▸ **Provided material**:
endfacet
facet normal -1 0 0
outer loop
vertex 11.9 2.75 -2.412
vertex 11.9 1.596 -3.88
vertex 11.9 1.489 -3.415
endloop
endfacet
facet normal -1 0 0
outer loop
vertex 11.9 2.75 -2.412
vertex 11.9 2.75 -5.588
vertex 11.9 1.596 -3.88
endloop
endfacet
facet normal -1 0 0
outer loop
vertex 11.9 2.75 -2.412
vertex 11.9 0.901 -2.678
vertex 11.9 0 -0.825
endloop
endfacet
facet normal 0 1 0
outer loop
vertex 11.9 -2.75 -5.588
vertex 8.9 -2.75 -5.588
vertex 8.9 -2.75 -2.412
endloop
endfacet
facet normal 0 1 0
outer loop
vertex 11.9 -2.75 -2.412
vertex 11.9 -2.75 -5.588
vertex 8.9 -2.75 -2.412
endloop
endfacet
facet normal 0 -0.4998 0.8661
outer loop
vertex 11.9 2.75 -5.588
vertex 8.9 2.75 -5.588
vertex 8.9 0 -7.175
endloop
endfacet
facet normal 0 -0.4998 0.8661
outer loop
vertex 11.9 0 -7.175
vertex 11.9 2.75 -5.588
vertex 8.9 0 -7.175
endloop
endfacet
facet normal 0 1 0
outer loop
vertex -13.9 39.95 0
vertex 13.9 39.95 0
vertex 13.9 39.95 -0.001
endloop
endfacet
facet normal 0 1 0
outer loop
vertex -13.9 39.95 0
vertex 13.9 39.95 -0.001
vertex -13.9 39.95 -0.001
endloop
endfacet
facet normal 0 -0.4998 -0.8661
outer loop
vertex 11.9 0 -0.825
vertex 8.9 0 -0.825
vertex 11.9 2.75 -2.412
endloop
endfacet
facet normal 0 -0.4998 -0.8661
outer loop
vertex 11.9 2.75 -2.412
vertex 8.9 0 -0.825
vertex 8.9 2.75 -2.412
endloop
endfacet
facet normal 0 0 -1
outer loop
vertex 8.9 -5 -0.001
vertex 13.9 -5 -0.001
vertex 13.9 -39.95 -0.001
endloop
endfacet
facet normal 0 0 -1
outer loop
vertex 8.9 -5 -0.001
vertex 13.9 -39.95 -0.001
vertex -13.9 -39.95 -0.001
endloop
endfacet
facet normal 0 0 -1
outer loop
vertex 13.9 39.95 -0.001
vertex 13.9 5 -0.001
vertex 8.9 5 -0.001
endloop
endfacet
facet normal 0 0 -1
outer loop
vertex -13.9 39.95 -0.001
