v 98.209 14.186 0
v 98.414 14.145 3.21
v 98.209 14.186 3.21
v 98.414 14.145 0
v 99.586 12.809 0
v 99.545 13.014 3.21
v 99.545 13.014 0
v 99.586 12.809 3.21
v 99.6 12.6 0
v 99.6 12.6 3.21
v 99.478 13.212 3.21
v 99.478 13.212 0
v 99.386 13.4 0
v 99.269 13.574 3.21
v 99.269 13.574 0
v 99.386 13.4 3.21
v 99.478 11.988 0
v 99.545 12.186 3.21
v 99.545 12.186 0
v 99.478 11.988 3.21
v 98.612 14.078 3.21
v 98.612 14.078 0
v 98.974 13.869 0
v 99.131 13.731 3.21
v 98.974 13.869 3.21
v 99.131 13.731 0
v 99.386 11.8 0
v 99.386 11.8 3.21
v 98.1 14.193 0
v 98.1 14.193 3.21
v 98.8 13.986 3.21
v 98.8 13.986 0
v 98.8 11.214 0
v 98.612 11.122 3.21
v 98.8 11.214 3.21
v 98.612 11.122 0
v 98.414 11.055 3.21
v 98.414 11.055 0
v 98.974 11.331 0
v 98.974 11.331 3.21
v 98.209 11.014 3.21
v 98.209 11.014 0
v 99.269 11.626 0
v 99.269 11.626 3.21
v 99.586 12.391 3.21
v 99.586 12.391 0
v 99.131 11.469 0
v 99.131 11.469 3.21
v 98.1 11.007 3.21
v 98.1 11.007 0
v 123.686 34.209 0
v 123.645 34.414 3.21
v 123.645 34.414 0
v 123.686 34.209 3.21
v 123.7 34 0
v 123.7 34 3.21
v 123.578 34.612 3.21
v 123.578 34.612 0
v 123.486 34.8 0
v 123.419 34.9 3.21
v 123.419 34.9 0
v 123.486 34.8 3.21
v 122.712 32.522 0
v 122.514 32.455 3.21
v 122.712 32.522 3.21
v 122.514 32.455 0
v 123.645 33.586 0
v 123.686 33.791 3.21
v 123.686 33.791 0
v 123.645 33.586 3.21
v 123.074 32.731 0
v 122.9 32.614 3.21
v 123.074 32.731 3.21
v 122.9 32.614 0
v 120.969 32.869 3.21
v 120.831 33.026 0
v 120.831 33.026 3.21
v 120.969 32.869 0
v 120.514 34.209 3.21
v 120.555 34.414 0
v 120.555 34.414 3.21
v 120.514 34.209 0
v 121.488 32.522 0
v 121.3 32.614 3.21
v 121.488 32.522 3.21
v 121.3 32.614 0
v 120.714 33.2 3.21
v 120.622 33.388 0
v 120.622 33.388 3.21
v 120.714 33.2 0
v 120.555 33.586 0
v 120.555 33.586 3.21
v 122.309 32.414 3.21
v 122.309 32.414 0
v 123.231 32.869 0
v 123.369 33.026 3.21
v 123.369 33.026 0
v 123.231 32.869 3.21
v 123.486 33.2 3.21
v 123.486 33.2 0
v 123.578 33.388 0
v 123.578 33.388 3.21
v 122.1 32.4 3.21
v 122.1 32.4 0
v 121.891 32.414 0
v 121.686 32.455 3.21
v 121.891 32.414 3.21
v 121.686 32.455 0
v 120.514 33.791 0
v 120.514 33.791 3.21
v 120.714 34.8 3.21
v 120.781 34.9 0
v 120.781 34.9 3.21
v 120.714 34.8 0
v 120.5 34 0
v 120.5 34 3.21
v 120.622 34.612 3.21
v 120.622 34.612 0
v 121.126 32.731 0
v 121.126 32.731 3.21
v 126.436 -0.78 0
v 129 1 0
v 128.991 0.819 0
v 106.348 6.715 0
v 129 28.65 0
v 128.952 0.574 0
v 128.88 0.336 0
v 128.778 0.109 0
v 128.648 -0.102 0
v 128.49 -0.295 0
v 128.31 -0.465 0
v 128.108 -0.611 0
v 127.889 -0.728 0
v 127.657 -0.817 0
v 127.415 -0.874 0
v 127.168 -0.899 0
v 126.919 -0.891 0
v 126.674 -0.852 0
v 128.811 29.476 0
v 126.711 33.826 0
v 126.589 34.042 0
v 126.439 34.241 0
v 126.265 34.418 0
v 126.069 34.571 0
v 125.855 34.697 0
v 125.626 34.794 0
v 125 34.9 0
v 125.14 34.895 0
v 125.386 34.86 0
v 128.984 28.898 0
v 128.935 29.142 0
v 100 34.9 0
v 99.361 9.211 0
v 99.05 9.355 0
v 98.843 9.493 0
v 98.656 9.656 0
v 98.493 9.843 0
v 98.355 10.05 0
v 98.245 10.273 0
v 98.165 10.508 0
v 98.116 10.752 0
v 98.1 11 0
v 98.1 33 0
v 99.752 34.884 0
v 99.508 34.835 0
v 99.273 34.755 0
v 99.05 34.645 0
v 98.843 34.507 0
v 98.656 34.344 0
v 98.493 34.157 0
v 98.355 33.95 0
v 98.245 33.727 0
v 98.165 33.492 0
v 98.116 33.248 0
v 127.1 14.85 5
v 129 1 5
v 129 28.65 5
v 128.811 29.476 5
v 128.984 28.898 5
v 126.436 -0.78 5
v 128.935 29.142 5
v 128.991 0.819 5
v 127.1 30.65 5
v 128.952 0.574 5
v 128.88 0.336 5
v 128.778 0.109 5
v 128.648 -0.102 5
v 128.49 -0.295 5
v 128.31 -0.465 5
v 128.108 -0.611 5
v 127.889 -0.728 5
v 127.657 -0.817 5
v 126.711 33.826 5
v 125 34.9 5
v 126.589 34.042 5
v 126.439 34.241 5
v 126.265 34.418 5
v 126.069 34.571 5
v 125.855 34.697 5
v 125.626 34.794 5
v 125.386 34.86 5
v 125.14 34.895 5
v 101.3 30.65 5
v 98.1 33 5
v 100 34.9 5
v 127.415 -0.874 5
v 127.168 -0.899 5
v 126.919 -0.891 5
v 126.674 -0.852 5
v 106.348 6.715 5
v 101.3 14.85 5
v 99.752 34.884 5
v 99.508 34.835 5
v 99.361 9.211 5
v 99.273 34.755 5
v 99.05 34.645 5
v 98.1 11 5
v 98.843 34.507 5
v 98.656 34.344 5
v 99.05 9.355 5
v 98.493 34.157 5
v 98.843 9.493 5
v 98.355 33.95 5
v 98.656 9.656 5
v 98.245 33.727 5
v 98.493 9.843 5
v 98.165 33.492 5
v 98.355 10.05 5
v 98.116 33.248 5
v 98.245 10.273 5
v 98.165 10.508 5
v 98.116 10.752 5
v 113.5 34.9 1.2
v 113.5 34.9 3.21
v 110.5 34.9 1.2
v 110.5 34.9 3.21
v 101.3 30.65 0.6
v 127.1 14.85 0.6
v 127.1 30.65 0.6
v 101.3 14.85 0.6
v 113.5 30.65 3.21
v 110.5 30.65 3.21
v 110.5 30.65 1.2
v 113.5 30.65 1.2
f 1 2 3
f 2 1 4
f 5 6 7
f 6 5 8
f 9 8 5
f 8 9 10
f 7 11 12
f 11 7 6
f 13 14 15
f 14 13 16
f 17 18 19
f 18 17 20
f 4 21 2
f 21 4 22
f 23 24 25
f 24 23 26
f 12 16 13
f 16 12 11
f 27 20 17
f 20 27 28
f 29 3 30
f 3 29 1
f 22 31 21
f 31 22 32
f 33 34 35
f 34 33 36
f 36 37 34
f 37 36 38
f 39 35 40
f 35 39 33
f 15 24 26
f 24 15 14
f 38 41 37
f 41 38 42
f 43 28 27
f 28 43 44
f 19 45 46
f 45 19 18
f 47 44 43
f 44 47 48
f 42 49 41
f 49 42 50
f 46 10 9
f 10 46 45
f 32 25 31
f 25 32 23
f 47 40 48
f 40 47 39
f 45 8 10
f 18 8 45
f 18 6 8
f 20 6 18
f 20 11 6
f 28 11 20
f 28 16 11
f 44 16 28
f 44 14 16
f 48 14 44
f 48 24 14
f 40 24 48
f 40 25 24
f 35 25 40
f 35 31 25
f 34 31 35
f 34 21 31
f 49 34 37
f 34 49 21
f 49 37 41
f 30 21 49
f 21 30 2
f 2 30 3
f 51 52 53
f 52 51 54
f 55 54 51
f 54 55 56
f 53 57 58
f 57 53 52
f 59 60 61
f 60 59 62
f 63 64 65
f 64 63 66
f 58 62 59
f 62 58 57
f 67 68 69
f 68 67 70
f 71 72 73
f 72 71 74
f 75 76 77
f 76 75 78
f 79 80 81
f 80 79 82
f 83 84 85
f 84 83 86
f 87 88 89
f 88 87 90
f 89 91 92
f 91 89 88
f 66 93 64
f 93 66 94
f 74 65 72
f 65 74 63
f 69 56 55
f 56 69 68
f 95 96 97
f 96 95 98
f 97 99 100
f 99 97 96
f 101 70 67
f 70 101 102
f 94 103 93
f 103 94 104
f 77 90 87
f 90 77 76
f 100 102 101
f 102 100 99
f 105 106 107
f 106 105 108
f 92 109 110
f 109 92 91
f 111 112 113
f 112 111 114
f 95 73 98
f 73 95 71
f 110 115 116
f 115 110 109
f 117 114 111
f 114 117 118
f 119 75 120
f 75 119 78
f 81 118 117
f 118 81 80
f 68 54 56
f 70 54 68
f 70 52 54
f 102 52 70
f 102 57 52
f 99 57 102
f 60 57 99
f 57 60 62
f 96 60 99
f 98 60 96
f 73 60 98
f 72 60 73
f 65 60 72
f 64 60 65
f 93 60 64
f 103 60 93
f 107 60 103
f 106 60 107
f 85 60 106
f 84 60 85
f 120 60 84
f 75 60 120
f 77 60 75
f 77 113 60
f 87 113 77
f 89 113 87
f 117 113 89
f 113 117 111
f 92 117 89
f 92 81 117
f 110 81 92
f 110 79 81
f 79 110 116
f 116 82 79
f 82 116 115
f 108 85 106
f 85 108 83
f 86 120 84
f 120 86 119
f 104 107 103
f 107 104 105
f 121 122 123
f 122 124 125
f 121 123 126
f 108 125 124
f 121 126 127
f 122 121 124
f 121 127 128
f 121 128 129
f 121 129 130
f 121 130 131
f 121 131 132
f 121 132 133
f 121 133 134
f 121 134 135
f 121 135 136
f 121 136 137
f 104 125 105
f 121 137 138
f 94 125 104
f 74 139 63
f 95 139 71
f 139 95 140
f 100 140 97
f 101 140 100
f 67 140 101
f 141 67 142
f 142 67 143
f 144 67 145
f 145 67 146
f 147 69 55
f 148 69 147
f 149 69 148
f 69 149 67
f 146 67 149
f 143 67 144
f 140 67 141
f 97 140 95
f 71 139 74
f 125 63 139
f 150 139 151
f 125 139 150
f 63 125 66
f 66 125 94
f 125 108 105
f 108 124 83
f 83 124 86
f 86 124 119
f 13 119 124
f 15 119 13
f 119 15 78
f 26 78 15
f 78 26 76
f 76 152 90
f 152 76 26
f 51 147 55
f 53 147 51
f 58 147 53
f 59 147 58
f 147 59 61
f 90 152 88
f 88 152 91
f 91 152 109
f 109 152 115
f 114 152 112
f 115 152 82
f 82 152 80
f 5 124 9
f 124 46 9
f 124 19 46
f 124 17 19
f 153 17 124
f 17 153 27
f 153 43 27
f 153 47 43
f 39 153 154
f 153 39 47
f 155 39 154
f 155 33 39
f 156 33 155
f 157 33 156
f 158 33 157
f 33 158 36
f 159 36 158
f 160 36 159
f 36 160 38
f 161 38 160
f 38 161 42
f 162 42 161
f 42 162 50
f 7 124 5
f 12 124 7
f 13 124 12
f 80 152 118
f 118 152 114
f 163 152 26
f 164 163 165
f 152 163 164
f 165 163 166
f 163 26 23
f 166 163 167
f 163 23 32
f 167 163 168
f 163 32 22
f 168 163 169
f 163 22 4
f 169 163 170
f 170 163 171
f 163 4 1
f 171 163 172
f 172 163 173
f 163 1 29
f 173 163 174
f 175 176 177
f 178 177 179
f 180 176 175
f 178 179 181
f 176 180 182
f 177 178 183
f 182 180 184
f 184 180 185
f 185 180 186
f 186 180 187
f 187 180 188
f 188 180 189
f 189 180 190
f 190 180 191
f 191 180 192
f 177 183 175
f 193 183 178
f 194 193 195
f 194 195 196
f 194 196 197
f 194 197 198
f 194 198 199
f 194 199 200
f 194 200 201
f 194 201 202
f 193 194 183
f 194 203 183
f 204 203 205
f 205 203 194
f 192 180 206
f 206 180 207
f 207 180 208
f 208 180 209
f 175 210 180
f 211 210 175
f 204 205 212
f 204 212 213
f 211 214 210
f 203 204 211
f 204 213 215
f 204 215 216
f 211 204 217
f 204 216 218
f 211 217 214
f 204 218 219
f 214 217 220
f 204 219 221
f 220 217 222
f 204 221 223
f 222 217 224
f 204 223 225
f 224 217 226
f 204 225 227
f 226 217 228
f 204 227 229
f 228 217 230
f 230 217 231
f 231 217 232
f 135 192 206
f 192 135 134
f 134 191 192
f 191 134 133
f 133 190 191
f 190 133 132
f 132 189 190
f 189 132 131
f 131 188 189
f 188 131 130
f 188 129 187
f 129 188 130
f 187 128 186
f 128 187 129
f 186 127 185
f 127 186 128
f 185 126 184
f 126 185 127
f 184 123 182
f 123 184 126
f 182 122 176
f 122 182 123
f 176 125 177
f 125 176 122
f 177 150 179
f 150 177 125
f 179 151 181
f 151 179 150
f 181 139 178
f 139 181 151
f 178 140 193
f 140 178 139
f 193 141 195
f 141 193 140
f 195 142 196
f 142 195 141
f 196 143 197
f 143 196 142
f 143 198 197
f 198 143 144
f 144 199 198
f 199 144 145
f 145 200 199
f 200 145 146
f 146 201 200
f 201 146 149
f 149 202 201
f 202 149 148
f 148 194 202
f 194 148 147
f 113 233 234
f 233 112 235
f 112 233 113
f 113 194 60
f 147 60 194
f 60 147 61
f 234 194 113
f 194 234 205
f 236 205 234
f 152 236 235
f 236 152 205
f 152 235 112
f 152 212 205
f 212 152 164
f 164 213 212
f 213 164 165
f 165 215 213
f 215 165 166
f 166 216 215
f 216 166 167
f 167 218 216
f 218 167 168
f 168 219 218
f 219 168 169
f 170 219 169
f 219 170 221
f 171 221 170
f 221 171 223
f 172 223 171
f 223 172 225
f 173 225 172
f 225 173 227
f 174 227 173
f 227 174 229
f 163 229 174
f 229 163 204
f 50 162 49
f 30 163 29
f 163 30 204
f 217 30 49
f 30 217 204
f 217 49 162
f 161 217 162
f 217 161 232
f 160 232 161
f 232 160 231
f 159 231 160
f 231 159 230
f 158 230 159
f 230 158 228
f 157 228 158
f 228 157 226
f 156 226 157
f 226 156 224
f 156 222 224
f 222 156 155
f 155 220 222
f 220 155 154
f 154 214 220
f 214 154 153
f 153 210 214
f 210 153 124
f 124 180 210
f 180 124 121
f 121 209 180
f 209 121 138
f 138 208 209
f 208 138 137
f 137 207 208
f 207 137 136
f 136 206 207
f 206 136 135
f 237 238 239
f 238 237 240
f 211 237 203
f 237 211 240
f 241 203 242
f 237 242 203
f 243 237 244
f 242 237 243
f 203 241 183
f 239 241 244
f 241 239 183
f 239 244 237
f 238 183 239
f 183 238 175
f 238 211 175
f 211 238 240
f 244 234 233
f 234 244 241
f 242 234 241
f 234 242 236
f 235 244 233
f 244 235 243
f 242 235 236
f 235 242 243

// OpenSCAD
// ULP split: thin tray case with LiPo pocket (401525) in the notch between thumb cluster and battery connector.
// Coordinates = ergogen points (left half, mm, y up). Right half = mirror image.
// Board outline: pcb_left.dxf (copy of pcb/output/outlines/left.dxf, re-copy after changing pcb/config.yaml).
//
// Stack (z, from bottom):  floor | gap for diodes + switch pins | PCB | lip
// PCB rests on a perimeter ledge + one post per key and is held by M2 screws from the top into bosses
// (heat-set inserts M2 x 3 x 3.2 OD, or self-tapping with screw_hole = 1.7). Screws M2 x 4.
// mounts: heads clear of the keycaps. mounts_opt: under the keycaps, between switch housings (low head only).
// Battery sits beside the PCB (no PCB above it), so it can be thicker than the gap under the board.
//
// openscad -D 'side="right"' -o right.stl case.scad

side = "left";          // "left" | "right"

/* [Case] */
wall    = 1.6;          // outer wall
clr     = 0.3;          // PCB edge clearance
floor_t = 1.2;          // floor under the PCB
gap     = 2.0;          // floor to PCB bottom (SOD-123 ~1.2 + THT pin stubs)
pcb_t   = 0.8;
lip     = 1.0;          // wall height above PCB top
ledge   = 1.5;          // perimeter shelf under the PCB edge
post_r  = 1.5;          // support post under each key
boss_d  = 4.6;          // screw boss under the PCB
screw_hole = 3.2;       // 3.2 heat-set insert, 1.7 self-tapping M2
use_opt = true;         // bosses for the optional under-keycap holes

/* [Battery 401525] */
bat     = [25, 15, 4.0];  // nominal L x W x T (check your cell incl. protection PCB + tape)
bat_clr = 0.4;          // per side (L, W)
pocket_floor = 0.6;     // floor under the battery

/* [Cutouts] */
usb_w   = 13;           // USB-C plug overmold opening
usb_z   = 2.0;          // opening starts this high above case bottom
sw_w    = 9;            // power switch lever opening
wire_w  = 3;            // wire channel, connector/cable slot -> pocket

▸ **Your instructions**:
Repeat the entries above verbatim, but only from the line that has "f 30 217 204" down to the line that has "f 239 241 244", inclusive.

▸ **Response to the exercise**:
f 30 217 204
f 217 49 162
f 161 217 162
f 217 161 232
f 160 232 161
f 232 160 231
f 159 231 160
f 231 159 230
f 158 230 159
f 230 158 228
f 157 228 158
f 228 157 226
f 156 226 157
f 226 156 224
f 156 222 224
f 222 156 155
f 155 220 222
f 220 155 154
f 154 214 220
f 214 154 153
f 153 210 214
f 210 153 124
f 124 180 210
f 180 124 121
f 121 209 180
f 209 121 138
f 138 208 209
f 208 138 137
f 137 207 208
f 207 137 136
f 136 206 207
f 206 136 135
f 237 238 239
f 238 237 240
f 211 237 203
f 237 211 240
f 241 203 242
f 237 242 203
f 243 237 244
f 242 237 243
f 203 241 183
f 239 241 244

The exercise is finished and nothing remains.